Akan tetapi, sangat sedikit orang yang mencoba untuk memahami pesta demokrasi kita secara kritis. Hal inilah yang membuat saya tertarik untuk mengulas persoalan yang terjadi pada demokrasi kita. Dengan demikian, saya coba memperlihatkan bahwa ternyata demokrasi kita masih hanya sebatas demokrasi prosedural dan masih jauh dari demokrasi substansial.

Pemilu 2014, Sebuah Refleksi

Berangkat dari Pemilu yang lalu (2014). Jauh sebelum hari pemilihan dilakukan, para calon anggota legislatif sudah mulai berlomba-lomba meraup simpati rakyat. Mereka bersaing dengan lawan politiknya baik yang dari dalam maupun dari luar partainya. Cara-cara yang dilakukanpun bermacam strategi, mulai dari cara-cara yang sesuai sampai yang tidak sesuai.

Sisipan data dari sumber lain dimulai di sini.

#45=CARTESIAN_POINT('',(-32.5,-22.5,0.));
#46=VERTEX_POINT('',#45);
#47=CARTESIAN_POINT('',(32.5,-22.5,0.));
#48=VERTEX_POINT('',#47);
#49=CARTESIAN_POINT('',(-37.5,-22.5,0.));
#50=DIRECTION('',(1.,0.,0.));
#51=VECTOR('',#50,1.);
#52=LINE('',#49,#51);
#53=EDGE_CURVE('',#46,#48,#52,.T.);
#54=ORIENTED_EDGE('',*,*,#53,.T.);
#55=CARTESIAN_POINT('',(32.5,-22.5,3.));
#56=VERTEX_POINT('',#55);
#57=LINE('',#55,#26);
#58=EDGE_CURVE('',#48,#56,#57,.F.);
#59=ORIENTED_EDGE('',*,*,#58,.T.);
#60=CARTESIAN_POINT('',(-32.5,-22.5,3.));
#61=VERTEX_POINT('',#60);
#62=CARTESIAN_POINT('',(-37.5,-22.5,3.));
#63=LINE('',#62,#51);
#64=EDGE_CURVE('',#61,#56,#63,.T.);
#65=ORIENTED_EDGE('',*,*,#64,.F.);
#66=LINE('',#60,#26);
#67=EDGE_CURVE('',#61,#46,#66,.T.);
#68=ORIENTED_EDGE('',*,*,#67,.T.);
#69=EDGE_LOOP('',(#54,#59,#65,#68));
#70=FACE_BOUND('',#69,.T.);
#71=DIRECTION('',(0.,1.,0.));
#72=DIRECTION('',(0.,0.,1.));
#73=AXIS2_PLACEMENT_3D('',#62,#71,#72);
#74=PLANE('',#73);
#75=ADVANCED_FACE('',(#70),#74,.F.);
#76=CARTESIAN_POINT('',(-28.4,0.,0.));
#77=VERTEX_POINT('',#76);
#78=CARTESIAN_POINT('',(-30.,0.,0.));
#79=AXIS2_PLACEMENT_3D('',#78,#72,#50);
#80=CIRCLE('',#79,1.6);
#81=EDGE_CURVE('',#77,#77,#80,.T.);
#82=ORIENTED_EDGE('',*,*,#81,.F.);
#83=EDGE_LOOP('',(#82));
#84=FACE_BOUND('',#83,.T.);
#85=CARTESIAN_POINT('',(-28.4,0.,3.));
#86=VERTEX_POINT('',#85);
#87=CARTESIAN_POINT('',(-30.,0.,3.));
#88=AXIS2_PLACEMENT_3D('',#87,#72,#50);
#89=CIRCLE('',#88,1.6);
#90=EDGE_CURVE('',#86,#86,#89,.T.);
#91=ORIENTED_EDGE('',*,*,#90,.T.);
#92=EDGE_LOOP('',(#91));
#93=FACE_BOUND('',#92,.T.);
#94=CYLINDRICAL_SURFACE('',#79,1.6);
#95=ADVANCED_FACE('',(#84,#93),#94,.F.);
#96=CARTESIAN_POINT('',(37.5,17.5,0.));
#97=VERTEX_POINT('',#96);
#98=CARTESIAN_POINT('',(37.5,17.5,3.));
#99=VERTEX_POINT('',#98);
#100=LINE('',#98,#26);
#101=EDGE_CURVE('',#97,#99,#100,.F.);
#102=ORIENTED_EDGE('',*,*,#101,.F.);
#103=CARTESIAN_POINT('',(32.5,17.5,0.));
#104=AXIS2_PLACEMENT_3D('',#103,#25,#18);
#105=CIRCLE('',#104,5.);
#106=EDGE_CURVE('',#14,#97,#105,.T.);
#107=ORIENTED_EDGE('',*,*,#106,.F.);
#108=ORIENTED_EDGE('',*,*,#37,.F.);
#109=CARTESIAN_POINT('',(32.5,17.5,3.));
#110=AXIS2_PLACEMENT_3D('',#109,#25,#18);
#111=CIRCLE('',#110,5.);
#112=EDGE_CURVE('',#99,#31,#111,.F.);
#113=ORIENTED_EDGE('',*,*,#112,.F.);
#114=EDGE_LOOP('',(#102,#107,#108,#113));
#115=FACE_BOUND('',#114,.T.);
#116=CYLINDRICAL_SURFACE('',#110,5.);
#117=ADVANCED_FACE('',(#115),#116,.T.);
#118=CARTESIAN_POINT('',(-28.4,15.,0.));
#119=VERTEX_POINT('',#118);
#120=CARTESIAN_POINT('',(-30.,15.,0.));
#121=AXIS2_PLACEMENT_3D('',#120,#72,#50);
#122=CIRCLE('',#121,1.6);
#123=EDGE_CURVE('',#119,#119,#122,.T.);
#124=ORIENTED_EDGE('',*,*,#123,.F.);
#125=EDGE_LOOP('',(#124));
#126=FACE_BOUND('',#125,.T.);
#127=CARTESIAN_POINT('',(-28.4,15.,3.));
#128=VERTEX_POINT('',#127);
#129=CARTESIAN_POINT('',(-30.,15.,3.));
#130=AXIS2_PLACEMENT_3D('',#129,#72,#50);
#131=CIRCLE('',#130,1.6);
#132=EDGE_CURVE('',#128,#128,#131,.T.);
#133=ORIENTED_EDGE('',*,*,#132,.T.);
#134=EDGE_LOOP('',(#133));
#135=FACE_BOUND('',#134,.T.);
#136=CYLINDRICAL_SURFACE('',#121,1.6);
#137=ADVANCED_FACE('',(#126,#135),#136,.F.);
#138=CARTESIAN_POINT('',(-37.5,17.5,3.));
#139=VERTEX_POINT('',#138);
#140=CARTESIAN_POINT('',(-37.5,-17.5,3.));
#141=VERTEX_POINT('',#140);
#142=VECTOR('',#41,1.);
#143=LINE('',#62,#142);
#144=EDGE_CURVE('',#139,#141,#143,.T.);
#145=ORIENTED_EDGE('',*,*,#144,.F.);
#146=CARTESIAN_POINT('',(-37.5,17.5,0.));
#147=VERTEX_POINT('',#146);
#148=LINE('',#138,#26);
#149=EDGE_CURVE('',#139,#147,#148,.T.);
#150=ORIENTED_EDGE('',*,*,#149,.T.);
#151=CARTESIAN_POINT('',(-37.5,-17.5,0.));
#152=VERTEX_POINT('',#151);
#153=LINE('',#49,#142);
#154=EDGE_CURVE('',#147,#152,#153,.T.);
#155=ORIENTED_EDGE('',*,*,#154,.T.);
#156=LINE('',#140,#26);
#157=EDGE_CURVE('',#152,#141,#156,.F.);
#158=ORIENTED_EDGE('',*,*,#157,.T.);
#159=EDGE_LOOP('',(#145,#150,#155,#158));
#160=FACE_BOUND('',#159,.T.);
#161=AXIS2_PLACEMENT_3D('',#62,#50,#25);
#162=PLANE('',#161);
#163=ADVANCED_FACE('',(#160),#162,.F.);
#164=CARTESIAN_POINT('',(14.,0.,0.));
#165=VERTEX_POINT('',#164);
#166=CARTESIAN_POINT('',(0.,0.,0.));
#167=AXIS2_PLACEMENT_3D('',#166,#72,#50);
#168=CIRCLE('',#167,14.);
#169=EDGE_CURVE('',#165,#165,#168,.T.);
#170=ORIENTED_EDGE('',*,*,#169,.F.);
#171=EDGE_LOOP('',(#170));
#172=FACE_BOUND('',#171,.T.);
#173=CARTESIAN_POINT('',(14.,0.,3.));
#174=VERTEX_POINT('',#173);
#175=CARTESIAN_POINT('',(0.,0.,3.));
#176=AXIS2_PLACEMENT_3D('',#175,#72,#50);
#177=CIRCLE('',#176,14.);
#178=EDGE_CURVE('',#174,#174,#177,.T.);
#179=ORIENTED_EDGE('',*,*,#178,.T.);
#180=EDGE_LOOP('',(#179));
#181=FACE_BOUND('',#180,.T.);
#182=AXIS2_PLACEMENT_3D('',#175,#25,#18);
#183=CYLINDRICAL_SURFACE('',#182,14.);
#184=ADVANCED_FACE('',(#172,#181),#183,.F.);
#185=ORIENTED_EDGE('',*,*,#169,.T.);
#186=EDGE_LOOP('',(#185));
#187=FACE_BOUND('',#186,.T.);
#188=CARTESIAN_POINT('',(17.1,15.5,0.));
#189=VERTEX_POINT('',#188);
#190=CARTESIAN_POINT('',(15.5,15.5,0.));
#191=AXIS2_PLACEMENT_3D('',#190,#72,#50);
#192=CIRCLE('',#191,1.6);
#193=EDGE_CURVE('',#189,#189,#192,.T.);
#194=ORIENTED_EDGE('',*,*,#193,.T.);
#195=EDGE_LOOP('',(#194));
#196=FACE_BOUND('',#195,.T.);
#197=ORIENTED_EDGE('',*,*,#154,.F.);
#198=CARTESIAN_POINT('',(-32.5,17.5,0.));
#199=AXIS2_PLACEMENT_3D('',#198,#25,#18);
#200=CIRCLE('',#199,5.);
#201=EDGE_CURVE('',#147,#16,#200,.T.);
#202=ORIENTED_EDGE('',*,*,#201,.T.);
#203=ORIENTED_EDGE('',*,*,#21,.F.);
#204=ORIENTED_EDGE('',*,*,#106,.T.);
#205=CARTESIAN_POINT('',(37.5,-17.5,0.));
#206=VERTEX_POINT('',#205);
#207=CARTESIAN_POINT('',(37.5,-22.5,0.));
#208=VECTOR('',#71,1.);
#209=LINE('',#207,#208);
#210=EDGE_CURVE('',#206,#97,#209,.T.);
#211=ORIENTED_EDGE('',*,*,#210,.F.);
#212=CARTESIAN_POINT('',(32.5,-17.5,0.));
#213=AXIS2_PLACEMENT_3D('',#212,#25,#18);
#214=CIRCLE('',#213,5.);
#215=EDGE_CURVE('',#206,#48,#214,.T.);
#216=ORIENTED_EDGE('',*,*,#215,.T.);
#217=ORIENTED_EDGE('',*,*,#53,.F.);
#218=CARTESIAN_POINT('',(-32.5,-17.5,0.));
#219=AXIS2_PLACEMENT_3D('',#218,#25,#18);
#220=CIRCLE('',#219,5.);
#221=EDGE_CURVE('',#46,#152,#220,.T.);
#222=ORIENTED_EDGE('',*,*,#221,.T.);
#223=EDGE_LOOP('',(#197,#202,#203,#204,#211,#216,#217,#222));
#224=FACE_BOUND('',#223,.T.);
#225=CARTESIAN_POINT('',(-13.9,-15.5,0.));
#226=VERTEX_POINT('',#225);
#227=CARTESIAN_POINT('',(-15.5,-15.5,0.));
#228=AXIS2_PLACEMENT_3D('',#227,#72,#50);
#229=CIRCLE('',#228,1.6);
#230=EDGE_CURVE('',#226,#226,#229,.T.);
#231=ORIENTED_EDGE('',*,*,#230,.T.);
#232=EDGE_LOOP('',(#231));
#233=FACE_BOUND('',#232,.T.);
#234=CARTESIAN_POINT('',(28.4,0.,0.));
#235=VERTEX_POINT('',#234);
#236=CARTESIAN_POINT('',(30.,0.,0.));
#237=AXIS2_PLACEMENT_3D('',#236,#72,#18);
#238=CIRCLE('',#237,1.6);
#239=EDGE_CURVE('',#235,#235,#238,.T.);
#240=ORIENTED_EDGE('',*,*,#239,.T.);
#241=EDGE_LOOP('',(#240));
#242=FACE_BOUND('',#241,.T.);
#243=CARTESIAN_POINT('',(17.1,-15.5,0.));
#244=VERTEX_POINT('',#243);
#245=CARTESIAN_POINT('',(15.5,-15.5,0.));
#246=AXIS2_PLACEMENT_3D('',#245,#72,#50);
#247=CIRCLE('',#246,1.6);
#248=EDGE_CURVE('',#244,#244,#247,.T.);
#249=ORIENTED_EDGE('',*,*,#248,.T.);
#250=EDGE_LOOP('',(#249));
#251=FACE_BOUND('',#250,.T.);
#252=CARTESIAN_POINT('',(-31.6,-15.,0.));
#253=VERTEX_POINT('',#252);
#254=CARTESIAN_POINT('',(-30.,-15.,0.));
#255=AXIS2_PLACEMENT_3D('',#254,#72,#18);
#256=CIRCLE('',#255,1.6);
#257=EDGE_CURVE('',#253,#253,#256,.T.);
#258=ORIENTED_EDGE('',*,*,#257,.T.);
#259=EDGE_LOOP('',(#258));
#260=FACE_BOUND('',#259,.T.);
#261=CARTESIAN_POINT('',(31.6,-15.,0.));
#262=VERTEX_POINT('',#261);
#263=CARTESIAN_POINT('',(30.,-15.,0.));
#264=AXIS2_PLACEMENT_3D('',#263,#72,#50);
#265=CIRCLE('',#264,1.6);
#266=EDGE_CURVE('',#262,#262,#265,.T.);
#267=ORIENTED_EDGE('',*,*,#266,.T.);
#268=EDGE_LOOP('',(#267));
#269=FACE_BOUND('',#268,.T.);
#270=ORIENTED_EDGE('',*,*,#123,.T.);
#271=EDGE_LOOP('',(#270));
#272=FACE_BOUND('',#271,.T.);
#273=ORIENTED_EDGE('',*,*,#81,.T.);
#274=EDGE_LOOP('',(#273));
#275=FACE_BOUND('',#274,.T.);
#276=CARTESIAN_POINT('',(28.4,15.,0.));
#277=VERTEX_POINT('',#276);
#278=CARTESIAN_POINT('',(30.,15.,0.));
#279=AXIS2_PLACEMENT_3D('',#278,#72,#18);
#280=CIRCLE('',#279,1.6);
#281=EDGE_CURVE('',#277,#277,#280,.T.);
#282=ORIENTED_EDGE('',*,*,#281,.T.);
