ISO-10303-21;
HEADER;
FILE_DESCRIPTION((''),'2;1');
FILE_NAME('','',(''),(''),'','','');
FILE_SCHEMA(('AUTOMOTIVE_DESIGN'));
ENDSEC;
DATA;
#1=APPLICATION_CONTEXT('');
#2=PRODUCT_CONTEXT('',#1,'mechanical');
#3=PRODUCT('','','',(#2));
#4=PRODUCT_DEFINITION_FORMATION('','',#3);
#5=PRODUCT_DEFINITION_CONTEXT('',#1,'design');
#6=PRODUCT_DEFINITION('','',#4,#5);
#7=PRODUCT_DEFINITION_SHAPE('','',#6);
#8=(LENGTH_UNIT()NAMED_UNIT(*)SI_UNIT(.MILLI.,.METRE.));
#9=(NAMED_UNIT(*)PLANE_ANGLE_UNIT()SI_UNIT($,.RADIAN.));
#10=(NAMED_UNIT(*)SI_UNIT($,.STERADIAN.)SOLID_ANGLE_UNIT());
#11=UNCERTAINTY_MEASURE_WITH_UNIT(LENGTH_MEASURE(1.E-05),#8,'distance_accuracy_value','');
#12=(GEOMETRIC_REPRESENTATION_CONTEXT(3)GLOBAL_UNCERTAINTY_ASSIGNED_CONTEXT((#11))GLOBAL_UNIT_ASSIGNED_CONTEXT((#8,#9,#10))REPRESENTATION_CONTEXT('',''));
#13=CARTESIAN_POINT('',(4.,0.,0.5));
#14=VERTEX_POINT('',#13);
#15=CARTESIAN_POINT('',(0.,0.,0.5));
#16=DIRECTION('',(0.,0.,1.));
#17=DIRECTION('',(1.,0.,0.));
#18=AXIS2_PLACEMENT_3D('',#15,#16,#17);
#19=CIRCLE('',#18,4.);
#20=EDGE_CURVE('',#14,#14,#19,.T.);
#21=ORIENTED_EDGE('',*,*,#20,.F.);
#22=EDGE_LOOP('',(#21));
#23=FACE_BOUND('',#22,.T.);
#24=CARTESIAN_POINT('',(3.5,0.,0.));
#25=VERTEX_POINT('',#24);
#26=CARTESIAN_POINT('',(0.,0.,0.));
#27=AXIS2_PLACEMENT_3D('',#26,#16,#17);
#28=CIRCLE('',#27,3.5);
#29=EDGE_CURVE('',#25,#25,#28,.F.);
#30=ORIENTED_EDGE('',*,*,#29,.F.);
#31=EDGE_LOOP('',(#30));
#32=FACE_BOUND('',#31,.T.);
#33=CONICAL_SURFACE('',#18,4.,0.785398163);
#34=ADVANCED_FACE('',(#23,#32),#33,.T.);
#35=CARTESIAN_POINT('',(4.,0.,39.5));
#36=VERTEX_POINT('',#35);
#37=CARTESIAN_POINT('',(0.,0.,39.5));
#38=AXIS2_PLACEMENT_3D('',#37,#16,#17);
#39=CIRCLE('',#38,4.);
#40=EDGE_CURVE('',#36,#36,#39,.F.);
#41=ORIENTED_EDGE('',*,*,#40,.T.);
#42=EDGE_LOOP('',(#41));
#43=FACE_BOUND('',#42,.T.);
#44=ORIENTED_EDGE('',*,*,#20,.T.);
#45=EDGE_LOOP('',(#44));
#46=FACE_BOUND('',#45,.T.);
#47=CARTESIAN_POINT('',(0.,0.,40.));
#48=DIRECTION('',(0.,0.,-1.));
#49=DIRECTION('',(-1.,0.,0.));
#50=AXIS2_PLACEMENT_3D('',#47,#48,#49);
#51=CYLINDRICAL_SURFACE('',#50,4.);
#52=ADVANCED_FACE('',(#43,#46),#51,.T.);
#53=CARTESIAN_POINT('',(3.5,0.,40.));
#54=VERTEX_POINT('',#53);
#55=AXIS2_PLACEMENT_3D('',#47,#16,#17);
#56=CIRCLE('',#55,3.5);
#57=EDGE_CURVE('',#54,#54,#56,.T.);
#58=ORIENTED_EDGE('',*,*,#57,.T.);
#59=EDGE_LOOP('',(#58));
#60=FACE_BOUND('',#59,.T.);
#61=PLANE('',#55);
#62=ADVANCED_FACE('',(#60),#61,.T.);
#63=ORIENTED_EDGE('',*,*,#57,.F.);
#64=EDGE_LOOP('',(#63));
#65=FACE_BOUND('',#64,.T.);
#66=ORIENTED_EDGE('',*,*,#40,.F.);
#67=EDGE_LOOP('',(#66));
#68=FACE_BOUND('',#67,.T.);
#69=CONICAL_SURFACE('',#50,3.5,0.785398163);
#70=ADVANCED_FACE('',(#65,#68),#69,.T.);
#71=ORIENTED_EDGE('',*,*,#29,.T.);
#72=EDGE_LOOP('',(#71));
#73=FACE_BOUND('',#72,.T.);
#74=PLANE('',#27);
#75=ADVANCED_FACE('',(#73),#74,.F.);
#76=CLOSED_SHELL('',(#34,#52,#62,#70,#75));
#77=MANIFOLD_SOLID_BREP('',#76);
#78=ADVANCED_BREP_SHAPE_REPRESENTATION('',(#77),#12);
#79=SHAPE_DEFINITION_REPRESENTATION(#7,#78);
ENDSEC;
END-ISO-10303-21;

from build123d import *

# Parameters (mm, degrees)
SKETCH_1_R      = 4
EXTRUDE_1_DEPTH = 40
CHAMFER_1_SIZE  = 0.5


with BuildPart() as part:
    # 草图1 → 凸台-拉伸1 (new body)
    with BuildSketch(Plane.XY):
        Circle(SKETCH_1_R)
    extrude(amount=EXTRUDE_1_DEPTH)

    # 倒角1
    chamfer_1_edges = [part.edges().sort_by_distance(p)[0] for p in [
        (-4, 0, 0),
        (-4, 0, 40),
    ]]
    chamfer(chamfer_1_edges, length=CHAMFER_1_SIZE)


solid = part.part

Cara yang sesuai dilakukan mulai dengan memasang baliho, bersosialisasi di media cetak maupun elektronik seperti Koran dan radio atau TV. Disamping itu, cara-cara yang tidak sesuai juga sangat marak dilakukan oleh mayoritas para calon legislatif, cara-cara tersebut ialah yang telah melanggar rambu-rambu. Misalnya seperti money politic (politik uang) untuk membeli suara rakyat.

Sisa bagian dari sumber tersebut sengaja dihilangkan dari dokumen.